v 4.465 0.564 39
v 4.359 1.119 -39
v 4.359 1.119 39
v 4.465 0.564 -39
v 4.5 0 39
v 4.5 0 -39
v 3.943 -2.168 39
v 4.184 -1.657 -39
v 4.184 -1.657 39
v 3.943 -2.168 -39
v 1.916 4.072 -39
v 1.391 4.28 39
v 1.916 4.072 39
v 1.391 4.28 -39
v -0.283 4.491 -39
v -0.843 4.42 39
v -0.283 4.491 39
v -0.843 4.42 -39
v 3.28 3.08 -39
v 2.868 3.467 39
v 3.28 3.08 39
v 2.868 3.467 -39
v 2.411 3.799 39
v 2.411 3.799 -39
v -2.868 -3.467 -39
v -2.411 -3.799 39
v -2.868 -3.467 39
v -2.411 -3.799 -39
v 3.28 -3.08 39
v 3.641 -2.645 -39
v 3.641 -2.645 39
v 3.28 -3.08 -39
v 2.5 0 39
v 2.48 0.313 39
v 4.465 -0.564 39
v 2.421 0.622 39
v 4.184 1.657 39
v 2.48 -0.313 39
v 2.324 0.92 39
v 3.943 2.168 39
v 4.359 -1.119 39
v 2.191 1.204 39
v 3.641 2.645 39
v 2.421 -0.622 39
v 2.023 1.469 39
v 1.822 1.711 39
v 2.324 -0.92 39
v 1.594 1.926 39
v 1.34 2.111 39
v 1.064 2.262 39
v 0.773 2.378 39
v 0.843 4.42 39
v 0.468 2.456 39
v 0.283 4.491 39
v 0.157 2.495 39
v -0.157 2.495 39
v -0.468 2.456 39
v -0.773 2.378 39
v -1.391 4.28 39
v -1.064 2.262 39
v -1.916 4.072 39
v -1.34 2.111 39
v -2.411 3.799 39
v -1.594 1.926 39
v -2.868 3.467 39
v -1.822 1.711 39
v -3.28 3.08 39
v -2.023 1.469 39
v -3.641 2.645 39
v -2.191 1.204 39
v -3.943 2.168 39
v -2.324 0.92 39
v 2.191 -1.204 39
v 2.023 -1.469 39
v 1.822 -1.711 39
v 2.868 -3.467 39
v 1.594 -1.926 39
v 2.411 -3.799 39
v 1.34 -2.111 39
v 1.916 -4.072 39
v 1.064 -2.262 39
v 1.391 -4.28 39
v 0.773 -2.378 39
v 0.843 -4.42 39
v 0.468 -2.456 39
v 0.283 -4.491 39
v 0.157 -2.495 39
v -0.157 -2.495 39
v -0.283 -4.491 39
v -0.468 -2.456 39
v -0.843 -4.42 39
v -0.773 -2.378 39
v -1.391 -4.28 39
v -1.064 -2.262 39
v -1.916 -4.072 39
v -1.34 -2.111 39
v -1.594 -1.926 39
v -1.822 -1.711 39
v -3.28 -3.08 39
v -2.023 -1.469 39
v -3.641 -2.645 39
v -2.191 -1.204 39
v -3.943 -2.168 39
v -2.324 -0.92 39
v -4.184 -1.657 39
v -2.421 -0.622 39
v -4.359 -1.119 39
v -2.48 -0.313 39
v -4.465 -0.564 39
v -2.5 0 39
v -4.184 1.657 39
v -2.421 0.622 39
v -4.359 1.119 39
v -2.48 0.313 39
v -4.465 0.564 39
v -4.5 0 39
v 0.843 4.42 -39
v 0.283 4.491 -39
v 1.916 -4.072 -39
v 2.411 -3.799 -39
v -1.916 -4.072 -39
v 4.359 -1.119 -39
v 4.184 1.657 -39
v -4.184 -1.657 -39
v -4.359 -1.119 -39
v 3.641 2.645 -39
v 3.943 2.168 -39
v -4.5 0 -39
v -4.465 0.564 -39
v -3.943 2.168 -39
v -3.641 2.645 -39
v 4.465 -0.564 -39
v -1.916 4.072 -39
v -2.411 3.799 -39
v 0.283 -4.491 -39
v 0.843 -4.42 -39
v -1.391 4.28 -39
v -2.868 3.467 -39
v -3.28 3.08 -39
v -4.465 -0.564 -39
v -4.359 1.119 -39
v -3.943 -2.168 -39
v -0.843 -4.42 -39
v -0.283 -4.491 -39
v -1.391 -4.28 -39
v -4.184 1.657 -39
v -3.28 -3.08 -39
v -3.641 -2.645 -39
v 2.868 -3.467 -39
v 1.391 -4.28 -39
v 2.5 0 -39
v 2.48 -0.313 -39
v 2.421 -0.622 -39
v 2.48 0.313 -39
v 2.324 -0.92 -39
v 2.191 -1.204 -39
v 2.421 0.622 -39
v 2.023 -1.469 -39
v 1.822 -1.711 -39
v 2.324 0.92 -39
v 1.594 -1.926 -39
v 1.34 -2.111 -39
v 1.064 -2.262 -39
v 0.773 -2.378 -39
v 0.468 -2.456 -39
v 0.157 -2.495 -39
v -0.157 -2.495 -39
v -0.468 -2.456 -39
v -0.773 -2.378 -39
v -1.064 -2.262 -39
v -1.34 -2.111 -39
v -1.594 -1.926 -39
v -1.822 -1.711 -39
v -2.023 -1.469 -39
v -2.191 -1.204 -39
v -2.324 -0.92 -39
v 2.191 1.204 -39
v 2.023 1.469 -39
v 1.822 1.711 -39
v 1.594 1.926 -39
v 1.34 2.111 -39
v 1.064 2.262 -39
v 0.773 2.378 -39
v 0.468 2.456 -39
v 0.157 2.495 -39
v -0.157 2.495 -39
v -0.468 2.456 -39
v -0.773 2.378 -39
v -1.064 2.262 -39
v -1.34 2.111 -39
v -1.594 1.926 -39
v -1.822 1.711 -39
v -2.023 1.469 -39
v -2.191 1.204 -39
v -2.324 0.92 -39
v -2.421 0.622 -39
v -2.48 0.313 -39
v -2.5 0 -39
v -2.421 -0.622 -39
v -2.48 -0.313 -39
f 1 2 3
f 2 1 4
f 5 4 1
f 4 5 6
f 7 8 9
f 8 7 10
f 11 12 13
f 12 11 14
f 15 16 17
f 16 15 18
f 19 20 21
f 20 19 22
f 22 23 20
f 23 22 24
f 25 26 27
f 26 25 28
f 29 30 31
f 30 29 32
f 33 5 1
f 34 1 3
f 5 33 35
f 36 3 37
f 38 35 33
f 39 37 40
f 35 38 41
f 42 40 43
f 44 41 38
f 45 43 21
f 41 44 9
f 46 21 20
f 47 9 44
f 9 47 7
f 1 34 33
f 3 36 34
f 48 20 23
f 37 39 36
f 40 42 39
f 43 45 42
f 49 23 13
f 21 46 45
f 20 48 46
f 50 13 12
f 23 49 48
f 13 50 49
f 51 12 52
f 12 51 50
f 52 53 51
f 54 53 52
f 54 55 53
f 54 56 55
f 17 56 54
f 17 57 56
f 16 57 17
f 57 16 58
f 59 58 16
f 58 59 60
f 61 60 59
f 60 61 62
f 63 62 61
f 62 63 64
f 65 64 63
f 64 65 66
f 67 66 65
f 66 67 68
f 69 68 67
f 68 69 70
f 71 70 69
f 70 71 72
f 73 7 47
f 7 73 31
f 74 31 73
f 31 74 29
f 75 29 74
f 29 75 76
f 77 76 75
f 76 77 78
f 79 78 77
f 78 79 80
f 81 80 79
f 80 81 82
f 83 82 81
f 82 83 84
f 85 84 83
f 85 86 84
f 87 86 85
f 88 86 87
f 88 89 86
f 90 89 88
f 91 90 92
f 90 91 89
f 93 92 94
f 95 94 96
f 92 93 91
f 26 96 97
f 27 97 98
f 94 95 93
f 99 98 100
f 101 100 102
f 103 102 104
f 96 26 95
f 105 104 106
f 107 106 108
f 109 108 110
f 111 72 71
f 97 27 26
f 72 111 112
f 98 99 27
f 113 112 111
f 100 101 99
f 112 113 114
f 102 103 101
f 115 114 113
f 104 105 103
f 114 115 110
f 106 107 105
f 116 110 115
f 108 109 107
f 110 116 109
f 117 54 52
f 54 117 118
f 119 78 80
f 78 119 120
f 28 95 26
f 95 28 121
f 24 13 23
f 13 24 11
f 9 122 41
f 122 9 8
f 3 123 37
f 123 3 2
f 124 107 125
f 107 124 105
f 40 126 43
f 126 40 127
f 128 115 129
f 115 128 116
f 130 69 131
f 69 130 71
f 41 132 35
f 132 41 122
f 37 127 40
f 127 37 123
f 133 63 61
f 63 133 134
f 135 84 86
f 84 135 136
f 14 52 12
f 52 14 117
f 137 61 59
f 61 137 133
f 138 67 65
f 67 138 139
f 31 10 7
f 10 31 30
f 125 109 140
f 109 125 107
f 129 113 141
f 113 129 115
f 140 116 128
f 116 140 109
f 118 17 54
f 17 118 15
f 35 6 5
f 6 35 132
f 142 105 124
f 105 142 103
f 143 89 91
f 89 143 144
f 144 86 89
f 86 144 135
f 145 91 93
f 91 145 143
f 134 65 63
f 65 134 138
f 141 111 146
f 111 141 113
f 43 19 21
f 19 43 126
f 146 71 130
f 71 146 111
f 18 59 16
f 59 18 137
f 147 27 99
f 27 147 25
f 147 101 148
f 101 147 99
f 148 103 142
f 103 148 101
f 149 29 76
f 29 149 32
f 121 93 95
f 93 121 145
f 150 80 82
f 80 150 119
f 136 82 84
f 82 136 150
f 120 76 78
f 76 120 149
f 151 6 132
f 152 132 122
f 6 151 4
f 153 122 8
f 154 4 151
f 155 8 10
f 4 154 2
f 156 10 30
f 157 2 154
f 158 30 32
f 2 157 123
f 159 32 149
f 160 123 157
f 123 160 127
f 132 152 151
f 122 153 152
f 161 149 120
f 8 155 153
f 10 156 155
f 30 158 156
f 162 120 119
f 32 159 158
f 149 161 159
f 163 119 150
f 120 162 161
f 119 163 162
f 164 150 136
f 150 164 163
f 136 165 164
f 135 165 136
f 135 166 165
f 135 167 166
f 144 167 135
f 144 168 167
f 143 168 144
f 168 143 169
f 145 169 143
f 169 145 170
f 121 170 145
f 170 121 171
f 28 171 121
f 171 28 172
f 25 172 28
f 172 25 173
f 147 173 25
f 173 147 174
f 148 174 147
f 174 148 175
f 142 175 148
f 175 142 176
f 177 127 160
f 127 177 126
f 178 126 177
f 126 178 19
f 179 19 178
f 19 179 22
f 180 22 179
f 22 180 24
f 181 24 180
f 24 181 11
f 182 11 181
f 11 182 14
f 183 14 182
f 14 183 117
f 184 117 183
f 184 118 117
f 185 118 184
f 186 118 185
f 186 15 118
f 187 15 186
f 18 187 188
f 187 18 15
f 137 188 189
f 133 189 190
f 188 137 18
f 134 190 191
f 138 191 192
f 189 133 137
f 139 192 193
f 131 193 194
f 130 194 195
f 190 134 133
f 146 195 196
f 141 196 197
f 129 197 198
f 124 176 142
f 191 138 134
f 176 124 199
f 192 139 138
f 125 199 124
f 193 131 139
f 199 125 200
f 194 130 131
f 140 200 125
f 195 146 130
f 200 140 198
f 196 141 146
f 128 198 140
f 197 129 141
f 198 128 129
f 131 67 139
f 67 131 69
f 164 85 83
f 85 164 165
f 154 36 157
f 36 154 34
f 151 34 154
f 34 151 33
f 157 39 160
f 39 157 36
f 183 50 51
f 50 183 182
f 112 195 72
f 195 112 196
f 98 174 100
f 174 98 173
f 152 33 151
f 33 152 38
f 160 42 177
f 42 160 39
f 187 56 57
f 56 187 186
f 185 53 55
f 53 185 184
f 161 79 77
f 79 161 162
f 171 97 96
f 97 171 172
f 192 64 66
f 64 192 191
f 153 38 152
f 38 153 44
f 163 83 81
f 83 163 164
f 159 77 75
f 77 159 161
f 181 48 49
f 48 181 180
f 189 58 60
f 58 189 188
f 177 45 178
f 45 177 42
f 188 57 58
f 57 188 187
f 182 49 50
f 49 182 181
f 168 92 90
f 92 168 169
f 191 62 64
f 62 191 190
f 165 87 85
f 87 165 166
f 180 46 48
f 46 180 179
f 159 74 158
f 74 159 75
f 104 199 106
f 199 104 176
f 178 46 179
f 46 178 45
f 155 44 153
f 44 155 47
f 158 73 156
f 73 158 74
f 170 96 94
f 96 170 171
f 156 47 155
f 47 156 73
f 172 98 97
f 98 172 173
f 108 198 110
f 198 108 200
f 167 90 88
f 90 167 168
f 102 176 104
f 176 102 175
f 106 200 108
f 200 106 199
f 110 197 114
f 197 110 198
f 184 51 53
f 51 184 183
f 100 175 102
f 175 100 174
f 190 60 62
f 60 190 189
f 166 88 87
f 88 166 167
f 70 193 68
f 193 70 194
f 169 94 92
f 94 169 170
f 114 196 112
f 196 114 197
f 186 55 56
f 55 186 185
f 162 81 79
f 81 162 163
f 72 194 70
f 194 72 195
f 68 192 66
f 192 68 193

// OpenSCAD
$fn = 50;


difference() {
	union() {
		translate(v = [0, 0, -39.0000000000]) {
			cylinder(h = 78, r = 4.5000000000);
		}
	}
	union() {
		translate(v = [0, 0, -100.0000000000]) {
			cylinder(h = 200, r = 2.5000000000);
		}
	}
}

::::::::::

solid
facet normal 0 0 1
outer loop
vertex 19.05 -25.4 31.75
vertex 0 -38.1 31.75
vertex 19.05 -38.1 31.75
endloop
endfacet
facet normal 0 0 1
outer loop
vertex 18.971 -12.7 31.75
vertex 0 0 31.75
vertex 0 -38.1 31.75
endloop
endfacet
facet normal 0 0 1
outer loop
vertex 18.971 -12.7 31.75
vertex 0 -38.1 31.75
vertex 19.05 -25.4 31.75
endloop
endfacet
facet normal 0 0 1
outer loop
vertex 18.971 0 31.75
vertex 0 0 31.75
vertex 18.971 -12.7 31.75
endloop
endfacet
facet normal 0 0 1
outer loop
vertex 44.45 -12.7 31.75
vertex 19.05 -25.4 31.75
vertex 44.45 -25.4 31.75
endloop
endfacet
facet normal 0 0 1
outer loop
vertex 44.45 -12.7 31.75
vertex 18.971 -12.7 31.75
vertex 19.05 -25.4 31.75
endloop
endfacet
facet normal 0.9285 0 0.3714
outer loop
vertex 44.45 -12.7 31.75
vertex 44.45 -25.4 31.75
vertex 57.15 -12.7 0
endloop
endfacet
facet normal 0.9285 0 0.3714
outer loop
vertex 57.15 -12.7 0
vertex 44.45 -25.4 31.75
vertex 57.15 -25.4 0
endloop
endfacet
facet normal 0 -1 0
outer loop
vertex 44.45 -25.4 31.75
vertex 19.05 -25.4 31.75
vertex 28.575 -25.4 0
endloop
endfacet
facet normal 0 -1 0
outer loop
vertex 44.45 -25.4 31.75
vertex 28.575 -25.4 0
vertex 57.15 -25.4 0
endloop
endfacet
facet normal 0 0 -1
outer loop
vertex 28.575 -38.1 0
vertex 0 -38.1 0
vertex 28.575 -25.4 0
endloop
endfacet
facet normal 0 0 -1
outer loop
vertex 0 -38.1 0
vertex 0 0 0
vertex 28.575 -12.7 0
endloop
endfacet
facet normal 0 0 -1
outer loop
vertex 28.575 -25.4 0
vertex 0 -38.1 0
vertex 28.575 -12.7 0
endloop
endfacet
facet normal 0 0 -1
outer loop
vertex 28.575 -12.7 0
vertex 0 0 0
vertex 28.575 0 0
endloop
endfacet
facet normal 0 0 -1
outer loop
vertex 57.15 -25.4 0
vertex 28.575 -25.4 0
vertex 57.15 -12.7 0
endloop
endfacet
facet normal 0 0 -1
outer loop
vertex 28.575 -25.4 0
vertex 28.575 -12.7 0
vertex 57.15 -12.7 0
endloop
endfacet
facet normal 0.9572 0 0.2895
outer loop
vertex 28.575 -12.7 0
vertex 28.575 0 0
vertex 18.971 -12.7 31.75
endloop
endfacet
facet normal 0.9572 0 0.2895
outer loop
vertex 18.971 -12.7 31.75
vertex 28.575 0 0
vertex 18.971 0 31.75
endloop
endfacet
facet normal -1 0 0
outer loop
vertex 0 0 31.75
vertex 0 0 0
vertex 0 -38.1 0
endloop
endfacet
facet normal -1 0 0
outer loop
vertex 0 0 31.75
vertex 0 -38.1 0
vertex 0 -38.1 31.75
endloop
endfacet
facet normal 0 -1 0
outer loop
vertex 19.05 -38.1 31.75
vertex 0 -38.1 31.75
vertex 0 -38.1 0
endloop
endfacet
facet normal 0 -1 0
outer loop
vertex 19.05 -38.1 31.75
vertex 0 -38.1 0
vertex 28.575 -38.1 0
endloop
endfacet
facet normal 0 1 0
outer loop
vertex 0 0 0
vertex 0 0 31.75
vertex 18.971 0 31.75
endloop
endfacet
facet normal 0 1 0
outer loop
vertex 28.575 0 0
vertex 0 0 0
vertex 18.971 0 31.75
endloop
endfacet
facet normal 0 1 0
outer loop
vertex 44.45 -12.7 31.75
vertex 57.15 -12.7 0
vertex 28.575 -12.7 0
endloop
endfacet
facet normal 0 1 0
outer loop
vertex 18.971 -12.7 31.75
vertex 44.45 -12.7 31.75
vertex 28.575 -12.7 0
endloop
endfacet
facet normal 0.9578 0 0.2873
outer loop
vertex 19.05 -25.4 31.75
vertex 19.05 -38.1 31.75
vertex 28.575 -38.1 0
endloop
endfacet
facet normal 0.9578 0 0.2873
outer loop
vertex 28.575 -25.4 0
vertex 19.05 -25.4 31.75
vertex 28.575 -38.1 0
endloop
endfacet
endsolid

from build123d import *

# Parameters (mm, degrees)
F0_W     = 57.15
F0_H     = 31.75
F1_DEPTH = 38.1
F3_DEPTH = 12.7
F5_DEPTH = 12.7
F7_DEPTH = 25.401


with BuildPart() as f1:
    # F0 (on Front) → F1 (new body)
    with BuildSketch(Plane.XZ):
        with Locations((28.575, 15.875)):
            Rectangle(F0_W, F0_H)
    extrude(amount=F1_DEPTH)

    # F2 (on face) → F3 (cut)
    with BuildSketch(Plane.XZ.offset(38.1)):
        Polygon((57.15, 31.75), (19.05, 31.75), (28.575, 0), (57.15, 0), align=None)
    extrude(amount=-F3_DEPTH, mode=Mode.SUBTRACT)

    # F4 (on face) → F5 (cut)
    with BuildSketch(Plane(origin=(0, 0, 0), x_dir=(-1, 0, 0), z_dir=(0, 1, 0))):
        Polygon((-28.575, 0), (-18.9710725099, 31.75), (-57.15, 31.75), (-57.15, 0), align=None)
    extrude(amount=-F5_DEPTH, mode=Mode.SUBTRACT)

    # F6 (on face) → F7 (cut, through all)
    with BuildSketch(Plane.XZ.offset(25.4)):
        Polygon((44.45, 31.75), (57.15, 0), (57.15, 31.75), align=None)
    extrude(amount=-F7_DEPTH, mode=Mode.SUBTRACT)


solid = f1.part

::::::::::

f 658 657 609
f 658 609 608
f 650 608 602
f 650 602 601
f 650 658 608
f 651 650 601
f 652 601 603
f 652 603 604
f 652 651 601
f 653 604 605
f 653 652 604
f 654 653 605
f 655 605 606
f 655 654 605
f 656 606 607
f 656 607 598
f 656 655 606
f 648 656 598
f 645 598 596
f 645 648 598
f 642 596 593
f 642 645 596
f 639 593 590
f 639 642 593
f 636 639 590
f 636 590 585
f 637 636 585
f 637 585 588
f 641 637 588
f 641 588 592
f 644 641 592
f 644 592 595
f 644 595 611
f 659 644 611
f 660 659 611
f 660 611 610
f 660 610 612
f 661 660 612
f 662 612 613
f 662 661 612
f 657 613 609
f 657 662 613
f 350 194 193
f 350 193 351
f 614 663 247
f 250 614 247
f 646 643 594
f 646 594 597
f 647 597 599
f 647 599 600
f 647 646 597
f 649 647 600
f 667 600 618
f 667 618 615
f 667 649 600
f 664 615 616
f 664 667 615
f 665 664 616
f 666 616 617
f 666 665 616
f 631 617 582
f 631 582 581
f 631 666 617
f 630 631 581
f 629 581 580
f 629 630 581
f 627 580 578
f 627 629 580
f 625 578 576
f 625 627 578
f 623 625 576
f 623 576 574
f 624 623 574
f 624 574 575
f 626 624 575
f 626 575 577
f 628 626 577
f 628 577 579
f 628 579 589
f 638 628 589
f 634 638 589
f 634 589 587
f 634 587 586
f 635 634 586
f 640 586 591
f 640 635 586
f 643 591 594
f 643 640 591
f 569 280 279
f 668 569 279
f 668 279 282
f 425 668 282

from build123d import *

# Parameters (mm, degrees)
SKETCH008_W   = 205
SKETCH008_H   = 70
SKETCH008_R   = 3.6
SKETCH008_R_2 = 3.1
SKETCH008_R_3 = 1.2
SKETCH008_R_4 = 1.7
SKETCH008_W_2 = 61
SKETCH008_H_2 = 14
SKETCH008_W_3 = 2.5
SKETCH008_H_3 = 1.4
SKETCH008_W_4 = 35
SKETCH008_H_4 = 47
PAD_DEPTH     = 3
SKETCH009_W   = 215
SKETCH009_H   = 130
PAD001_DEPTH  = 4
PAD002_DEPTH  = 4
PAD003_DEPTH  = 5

::::::::::

--- Prompt ---
In the entries above, find the line with "v -1.594 -1.926 39" and the line with "v 2.48 0.313 -39", then set down exactly those two and every line between them, nothing else.

--- Worked solution ---
v -1.594 -1.926 39
v -1.822 -1.711 39
v -3.28 -3.08 39
v -2.023 -1.469 39
v -3.641 -2.645 39
v -2.191 -1.204 39
v -3.943 -2.168 39
v -2.324 -0.92 39
v -4.184 -1.657 39
v -2.421 -0.622 39
v -4.359 -1.119 39
v -2.48 -0.313 39
v -4.465 -0.564 39
v -2.5 0 39
v -4.184 1.657 39
v -2.421 0.622 39
v -4.359 1.119 39
v -2.48 0.313 39
v -4.465 0.564 39
v -4.5 0 39
v 0.843 4.42 -39
v 0.283 4.491 -39
v 1.916 -4.072 -39
v 2.411 -3.799 -39
v -1.916 -4.072 -39
v 4.359 -1.119 -39
v 4.184 1.657 -39
v -4.184 -1.657 -39
v -4.359 -1.119 -39
v 3.641 2.645 -39
v 3.943 2.168 -39
v -4.5 0 -39
v -4.465 0.564 -39
v -3.943 2.168 -39
v -3.641 2.645 -39
v 4.465 -0.564 -39
v -1.916 4.072 -39
v -2.411 3.799 -39
v 0.283 -4.491 -39
v 0.843 -4.42 -39
v -1.391 4.28 -39
v -2.868 3.467 -39
v -3.28 3.08 -39
v -4.465 -0.564 -39
v -4.359 1.119 -39
v -3.943 -2.168 -39
v -0.843 -4.42 -39
v -0.283 -4.491 -39
v -1.391 -4.28 -39
v -4.184 1.657 -39
v -3.28 -3.08 -39
v -3.641 -2.645 -39
v 2.868 -3.467 -39
v 1.391 -4.28 -39
v 2.5 0 -39
v 2.48 -0.313 -39
v 2.421 -0.622 -39
v 2.48 0.313 -39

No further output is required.